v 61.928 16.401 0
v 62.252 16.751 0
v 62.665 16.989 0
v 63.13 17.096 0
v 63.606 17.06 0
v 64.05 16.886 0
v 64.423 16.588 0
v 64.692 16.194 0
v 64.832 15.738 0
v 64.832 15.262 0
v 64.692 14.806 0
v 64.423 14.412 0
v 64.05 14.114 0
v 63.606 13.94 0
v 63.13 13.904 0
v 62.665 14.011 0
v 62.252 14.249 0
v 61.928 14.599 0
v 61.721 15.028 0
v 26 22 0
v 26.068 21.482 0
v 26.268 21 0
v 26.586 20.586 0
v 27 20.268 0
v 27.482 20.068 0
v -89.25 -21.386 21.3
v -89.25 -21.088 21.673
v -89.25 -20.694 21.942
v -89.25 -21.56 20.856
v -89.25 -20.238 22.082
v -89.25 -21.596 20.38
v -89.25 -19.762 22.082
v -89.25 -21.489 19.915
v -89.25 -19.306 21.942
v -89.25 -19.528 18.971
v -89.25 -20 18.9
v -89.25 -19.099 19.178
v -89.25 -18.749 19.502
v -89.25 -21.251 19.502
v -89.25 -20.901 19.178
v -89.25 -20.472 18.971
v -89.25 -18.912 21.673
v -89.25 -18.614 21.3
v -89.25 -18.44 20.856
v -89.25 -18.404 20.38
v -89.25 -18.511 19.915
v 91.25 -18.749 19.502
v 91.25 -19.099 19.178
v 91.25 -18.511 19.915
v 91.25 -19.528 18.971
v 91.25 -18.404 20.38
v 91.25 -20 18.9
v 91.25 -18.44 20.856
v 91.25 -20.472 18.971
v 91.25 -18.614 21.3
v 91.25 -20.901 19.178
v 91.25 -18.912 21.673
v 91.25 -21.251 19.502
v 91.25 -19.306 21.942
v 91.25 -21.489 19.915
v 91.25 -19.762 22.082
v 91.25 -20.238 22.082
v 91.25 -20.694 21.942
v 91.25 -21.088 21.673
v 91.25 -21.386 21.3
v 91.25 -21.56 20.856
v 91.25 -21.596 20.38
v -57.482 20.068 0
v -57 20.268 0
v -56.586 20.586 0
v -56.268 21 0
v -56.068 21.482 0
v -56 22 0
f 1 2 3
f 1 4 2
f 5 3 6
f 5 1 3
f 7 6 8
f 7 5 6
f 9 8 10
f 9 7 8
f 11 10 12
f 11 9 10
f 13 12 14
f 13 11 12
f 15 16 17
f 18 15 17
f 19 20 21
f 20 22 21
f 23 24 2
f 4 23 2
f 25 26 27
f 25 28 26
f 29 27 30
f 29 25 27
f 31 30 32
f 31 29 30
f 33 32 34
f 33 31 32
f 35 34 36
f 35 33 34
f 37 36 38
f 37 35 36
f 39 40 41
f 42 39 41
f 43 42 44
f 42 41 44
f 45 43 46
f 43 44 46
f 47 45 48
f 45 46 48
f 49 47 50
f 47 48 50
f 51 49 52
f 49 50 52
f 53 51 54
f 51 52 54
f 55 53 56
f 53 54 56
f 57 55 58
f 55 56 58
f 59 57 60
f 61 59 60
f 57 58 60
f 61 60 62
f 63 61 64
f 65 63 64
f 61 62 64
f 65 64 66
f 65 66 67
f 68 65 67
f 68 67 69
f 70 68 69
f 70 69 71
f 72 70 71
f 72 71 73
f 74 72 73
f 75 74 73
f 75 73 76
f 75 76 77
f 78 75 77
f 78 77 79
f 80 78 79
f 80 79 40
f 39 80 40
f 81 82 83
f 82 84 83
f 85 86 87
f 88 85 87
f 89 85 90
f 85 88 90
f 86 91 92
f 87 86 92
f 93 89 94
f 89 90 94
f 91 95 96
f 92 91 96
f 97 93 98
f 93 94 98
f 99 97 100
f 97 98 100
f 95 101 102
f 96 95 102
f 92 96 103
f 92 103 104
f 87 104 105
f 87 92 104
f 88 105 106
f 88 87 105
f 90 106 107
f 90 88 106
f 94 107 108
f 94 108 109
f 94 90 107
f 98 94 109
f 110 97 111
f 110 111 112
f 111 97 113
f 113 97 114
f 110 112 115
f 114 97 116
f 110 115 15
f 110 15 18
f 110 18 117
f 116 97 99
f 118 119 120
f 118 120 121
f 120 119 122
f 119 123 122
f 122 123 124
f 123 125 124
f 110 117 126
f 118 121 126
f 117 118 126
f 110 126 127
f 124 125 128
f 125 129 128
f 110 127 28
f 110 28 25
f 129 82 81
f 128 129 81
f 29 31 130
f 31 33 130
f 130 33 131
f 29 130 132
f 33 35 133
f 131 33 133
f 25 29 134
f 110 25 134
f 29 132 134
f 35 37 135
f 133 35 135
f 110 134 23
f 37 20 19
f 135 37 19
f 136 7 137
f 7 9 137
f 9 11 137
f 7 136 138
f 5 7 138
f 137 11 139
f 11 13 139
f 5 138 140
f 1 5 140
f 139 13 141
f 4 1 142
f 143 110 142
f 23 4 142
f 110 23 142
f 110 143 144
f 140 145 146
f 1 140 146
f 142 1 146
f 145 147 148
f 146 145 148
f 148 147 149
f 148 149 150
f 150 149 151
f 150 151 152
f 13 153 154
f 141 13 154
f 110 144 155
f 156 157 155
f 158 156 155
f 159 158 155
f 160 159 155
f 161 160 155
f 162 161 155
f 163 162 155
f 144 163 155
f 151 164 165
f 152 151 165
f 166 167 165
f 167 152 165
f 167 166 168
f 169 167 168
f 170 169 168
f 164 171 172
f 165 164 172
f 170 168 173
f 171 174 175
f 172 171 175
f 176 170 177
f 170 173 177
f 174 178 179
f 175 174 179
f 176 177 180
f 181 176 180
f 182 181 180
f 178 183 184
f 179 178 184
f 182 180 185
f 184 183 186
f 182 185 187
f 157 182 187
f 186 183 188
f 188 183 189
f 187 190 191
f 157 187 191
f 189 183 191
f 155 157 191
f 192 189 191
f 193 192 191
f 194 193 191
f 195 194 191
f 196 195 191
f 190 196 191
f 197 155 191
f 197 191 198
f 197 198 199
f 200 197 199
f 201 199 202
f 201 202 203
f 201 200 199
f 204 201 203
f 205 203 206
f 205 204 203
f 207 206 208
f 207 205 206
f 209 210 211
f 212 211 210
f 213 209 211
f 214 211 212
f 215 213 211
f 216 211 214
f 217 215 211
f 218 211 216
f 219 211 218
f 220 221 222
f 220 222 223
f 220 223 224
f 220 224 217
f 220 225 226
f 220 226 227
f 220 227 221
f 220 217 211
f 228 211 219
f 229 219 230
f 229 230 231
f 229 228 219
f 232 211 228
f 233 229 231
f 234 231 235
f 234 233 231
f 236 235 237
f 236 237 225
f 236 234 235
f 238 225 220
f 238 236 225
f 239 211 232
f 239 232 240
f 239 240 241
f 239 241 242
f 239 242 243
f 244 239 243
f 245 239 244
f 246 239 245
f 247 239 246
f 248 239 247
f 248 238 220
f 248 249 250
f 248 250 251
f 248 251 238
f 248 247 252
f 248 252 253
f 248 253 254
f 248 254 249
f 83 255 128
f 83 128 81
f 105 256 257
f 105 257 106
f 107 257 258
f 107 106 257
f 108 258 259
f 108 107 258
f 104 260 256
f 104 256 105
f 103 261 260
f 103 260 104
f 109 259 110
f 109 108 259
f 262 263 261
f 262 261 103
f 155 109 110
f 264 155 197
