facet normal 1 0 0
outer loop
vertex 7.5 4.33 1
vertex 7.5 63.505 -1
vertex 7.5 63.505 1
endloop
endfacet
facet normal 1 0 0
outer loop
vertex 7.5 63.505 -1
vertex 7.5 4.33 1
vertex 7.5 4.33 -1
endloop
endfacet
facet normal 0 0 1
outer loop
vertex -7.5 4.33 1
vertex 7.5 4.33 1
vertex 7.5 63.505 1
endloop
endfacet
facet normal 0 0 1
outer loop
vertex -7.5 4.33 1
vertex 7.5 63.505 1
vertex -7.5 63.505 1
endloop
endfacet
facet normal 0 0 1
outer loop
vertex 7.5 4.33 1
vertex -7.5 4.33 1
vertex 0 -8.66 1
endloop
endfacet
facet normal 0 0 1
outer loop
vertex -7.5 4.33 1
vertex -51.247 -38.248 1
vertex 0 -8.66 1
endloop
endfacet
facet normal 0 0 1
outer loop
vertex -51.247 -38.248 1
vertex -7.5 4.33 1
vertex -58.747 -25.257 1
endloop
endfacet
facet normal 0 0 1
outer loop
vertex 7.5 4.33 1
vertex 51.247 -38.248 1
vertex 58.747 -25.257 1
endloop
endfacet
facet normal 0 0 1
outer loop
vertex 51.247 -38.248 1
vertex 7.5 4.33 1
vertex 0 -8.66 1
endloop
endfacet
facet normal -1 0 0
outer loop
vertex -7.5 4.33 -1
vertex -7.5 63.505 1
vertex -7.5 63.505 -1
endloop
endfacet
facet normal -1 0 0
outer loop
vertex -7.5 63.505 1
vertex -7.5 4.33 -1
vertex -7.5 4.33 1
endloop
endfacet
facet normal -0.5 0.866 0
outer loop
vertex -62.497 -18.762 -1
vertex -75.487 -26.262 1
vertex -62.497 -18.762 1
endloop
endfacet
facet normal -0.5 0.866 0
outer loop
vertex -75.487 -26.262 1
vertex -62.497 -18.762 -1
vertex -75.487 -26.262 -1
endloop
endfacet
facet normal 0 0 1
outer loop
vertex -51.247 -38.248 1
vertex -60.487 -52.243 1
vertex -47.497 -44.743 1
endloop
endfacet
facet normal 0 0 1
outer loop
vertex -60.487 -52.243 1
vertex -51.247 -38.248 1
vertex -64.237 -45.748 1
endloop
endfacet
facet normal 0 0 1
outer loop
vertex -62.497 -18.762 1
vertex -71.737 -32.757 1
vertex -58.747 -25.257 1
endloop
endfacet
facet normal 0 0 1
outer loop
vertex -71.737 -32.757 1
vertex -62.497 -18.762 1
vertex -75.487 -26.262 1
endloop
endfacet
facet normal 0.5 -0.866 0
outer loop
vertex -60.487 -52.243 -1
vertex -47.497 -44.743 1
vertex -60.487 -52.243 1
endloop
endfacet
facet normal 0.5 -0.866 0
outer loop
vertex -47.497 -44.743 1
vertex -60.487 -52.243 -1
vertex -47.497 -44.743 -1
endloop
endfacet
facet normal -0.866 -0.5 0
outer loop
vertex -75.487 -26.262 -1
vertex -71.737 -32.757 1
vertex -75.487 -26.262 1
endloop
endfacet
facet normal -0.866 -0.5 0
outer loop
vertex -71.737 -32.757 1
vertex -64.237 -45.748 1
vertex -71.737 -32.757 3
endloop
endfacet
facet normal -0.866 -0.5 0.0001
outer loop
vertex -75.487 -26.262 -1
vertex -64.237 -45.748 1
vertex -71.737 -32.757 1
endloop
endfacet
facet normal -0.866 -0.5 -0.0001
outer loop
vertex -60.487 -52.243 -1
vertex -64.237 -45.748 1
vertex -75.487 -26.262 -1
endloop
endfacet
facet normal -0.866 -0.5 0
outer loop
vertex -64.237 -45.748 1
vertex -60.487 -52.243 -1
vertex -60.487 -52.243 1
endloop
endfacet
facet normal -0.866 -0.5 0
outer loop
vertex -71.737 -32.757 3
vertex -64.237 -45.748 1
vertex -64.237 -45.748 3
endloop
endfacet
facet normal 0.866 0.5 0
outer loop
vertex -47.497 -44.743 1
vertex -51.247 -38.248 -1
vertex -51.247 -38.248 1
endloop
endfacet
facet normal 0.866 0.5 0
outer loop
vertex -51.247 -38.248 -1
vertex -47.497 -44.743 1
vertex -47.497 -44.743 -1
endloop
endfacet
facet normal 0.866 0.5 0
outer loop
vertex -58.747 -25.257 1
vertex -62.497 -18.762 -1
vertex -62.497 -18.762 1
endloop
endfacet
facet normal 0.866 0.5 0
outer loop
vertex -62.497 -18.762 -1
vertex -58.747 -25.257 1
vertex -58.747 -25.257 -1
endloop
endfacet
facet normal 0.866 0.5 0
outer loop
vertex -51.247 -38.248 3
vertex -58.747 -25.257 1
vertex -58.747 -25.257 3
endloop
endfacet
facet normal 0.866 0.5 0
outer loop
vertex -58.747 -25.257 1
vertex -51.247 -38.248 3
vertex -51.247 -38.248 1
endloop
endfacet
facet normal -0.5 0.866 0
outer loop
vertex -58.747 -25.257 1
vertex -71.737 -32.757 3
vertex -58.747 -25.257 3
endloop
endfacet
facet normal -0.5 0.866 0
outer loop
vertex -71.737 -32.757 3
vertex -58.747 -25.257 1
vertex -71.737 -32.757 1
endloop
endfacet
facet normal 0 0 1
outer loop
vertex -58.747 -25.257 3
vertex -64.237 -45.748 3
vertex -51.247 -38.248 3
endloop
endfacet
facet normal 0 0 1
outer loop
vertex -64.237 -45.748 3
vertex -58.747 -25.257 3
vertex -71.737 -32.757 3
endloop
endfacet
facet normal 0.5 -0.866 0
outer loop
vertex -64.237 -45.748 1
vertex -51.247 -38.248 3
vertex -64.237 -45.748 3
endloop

_What the exercise asks_: In the material above, transcribe exactly the lines beginning at the one with "f 178 183 184" and ending at the one with "f 104 256 105", both included.

_Reply_:
f 178 183 184
f 179 178 184
f 182 180 185
f 184 183 186
f 182 185 187
f 157 182 187
f 186 183 188
f 188 183 189
f 187 190 191
f 157 187 191
f 189 183 191
f 155 157 191
f 192 189 191
f 193 192 191
f 194 193 191
f 195 194 191
f 196 195 191
f 190 196 191
f 197 155 191
f 197 191 198
f 197 198 199
f 200 197 199
f 201 199 202
f 201 202 203
f 201 200 199
f 204 201 203
f 205 203 206
f 205 204 203
f 207 206 208
f 207 205 206
f 209 210 211
f 212 211 210
f 213 209 211
f 214 211 212
f 215 213 211
f 216 211 214
f 217 215 211
f 218 211 216
f 219 211 218
f 220 221 222
f 220 222 223
f 220 223 224
f 220 224 217
f 220 225 226
f 220 226 227
f 220 227 221
f 220 217 211
f 228 211 219
f 229 219 230
f 229 230 231
f 229 228 219
f 232 211 228
f 233 229 231
f 234 231 235
f 234 233 231
f 236 235 237
f 236 237 225
f 236 234 235
f 238 225 220
f 238 236 225
f 239 211 232
f 239 232 240
f 239 240 241
f 239 241 242
f 239 242 243
f 244 239 243
f 245 239 244
f 246 239 245
f 247 239 246
f 248 239 247
f 248 238 220
f 248 249 250
f 248 250 251
f 248 251 238
f 248 247 252
f 248 252 253
f 248 253 254
f 248 254 249
f 83 255 128
f 83 128 81
f 105 256 257
f 105 257 106
f 107 257 258
f 107 106 257
f 108 258 259
f 108 107 258
f 104 260 256
f 104 256 105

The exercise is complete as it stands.